From the entries, filter out every line that lacks "Locations" and copy the rest.

Segment Open

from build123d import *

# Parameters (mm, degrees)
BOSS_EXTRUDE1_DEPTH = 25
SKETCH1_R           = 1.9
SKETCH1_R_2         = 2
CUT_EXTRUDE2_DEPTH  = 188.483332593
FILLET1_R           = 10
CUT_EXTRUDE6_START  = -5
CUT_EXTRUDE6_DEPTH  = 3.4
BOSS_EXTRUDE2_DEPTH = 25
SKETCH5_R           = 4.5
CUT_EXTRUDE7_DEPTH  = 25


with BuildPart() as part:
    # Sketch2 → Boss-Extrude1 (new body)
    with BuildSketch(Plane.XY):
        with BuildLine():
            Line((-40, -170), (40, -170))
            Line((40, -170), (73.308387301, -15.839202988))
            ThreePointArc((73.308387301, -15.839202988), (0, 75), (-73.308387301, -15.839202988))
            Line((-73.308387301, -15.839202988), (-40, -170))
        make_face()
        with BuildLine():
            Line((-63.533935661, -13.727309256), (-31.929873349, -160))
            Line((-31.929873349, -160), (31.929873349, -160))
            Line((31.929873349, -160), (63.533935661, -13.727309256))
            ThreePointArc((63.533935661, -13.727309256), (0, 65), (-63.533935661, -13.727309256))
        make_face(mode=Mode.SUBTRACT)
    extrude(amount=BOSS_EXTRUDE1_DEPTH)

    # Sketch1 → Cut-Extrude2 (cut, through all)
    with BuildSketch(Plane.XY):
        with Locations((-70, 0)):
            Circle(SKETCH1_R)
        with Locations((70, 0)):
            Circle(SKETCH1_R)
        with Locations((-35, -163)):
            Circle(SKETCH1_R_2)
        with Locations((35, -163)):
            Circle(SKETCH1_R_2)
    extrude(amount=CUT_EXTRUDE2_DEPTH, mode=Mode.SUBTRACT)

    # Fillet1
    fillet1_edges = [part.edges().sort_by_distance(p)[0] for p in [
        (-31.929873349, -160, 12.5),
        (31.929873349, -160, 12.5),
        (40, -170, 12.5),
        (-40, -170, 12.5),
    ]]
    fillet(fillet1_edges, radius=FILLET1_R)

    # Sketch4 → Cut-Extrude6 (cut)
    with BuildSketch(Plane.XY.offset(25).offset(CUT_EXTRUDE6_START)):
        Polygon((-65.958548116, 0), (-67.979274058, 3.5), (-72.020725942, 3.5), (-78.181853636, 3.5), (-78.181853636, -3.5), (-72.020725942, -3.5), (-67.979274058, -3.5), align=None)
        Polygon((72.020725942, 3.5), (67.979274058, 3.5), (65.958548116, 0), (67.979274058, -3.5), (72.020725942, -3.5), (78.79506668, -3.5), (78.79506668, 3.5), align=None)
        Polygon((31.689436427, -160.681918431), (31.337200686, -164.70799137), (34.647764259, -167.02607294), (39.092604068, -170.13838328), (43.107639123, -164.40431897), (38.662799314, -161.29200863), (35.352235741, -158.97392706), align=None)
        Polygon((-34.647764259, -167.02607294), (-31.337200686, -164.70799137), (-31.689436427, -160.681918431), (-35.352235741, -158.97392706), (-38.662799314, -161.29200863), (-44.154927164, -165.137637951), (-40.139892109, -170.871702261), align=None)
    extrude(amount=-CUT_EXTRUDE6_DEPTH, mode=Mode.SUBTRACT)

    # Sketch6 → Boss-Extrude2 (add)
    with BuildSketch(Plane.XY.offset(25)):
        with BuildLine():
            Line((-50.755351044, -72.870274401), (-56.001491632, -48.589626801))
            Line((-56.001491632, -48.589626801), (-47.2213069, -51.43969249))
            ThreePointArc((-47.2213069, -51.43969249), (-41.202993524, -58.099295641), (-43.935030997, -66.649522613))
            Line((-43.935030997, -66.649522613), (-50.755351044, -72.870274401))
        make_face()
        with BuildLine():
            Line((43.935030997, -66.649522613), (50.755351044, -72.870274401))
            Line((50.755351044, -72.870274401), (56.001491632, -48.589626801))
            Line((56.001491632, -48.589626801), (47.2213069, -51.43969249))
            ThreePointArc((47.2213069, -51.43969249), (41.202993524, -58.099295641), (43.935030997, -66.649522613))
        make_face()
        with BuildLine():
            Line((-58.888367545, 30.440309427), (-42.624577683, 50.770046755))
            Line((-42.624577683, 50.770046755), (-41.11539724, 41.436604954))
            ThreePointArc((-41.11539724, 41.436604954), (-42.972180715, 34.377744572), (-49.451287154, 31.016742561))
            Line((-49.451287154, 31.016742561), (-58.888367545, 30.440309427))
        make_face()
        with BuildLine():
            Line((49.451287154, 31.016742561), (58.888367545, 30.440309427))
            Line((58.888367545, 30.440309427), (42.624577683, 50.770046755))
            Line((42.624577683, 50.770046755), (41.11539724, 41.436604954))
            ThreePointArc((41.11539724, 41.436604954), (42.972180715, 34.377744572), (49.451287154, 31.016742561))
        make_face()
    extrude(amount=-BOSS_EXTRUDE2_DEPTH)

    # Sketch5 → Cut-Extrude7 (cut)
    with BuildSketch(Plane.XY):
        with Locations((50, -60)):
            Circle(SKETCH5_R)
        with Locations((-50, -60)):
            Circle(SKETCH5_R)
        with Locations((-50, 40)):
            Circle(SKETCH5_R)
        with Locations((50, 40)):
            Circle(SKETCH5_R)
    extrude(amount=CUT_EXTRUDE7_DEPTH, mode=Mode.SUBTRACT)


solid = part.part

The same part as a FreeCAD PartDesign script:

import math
import FreeCAD as App
import Part
import Sketcher

V = App.Vector
Q = App.Units.Quantity


def edges_at(feature, points):
    """Names of the edges that pass closest to the given points."""
    edges = feature.Shape.Edges
    near = lambda p: min(range(len(edges)), key=lambda i: edges[i].distToShape(Part.Vertex(*p))[0])
    return sorted({f"Edge{near(p) + 1}" for p in points})

doc = App.newDocument("Part")
body = doc.addObject("PartDesign::Body", "Body")

# Sketch on XY plane
sketch1 = body.newObject("Sketcher::SketchObject", "Sketch")
sketch1.AttachmentSupport = (doc.getObject("XY_Plane"), [""])
sketch1.MapMode = "FlatFace"
sketch1.addGeometry(Part.LineSegment(V(-40, -170, 0), V(40, -170, 0)), False)
sketch1.addGeometry(Part.LineSegment(V(40, -170, 0), V(73, -16, 0)), False)
sketch1.addGeometry(Part.ArcOfCircle(Part.Circle(V(0, 0, 0), V(0, 0, 1), 75), math.radians(-12), math.radians(192)), False)
sketch1.addGeometry(Part.LineSegment(V(-73, -16, 0), V(-40, -170, 0)), False)
sketch1.addGeometry(Part.LineSegment(V(-32, -160, 0), V(-64, -14, 0)), False)
sketch1.addGeometry(Part.ArcOfCircle(Part.Circle(V(0, 0, 0), V(0, 0, 1), 65), math.radians(-12), math.radians(192)), False)
sketch1.addGeometry(Part.LineSegment(V(64, -14, 0), V(32, -160, 0)), False)
sketch1.addGeometry(Part.LineSegment(V(32, -160, 0), V(-32, -160, 0)), False)
sketch1.addConstraint(Sketcher.Constraint("Coincident", 0, 2, 1, 1))
sketch1.addConstraint(Sketcher.Constraint("Tangent", 1, 2, 2, 1))
sketch1.addConstraint(Sketcher.Constraint("Tangent", 2, 2, 3, 1))
sketch1.addConstraint(Sketcher.Constraint("Coincident", 3, 2, 0, 1))
sketch1.addConstraint(Sketcher.Constraint("Tangent", 4, 2, 5, 2))
sketch1.addConstraint(Sketcher.Constraint("Tangent", 5, 1, 6, 1))
sketch1.addConstraint(Sketcher.Constraint("Coincident", 6, 2, 7, 1))
sketch1.addConstraint(Sketcher.Constraint("Coincident", 7, 2, 4, 1))
sketch1.addConstraint(Sketcher.Constraint("Horizontal", 0))
sketch1.addConstraint(Sketcher.Constraint("Horizontal", 7))
sketch1.addConstraint(Sketcher.Constraint("Coincident", 2, 3, -1, 1))
sketch1.addConstraint(Sketcher.Constraint("Coincident", 5, 3, -1, 1))
sketch1.addConstraint(Sketcher.Constraint("Parallel", 3, 4))
sketch1.addConstraint(Sketcher.Constraint("Parallel", 1, 6))
sketch1.addConstraint(Sketcher.Constraint("Horizontal", 1, 2, 2, 2))
sketch1.addConstraint(Sketcher.Constraint("Radius", 2, Q("75 mm")))
sketch1.addConstraint(Sketcher.Constraint("Radius", 5, Q("65 mm")))
sketch1.addConstraint(Sketcher.Constraint("DistanceX", 0, 1, 0, 2, Q("80 mm")))
sketch1.addConstraint(Sketcher.Constraint("DistanceY", 0, 2, -1, 1, Q("170 mm")))
sketch1.addConstraint(Sketcher.Constraint("DistanceY", 6, 2, -1, 1, Q("160 mm")))
pad1 = body.newObject("PartDesign::Pad", "Pad")
pad1.Profile = sketch1
pad1.Length = 25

Segment Closed

Your response:
        with Locations((-70, 0)):
        with Locations((70, 0)):
        with Locations((-35, -163)):
        with Locations((35, -163)):
        with Locations((50, -60)):
        with Locations((-50, -60)):
        with Locations((-50, 40)):
        with Locations((50, 40)):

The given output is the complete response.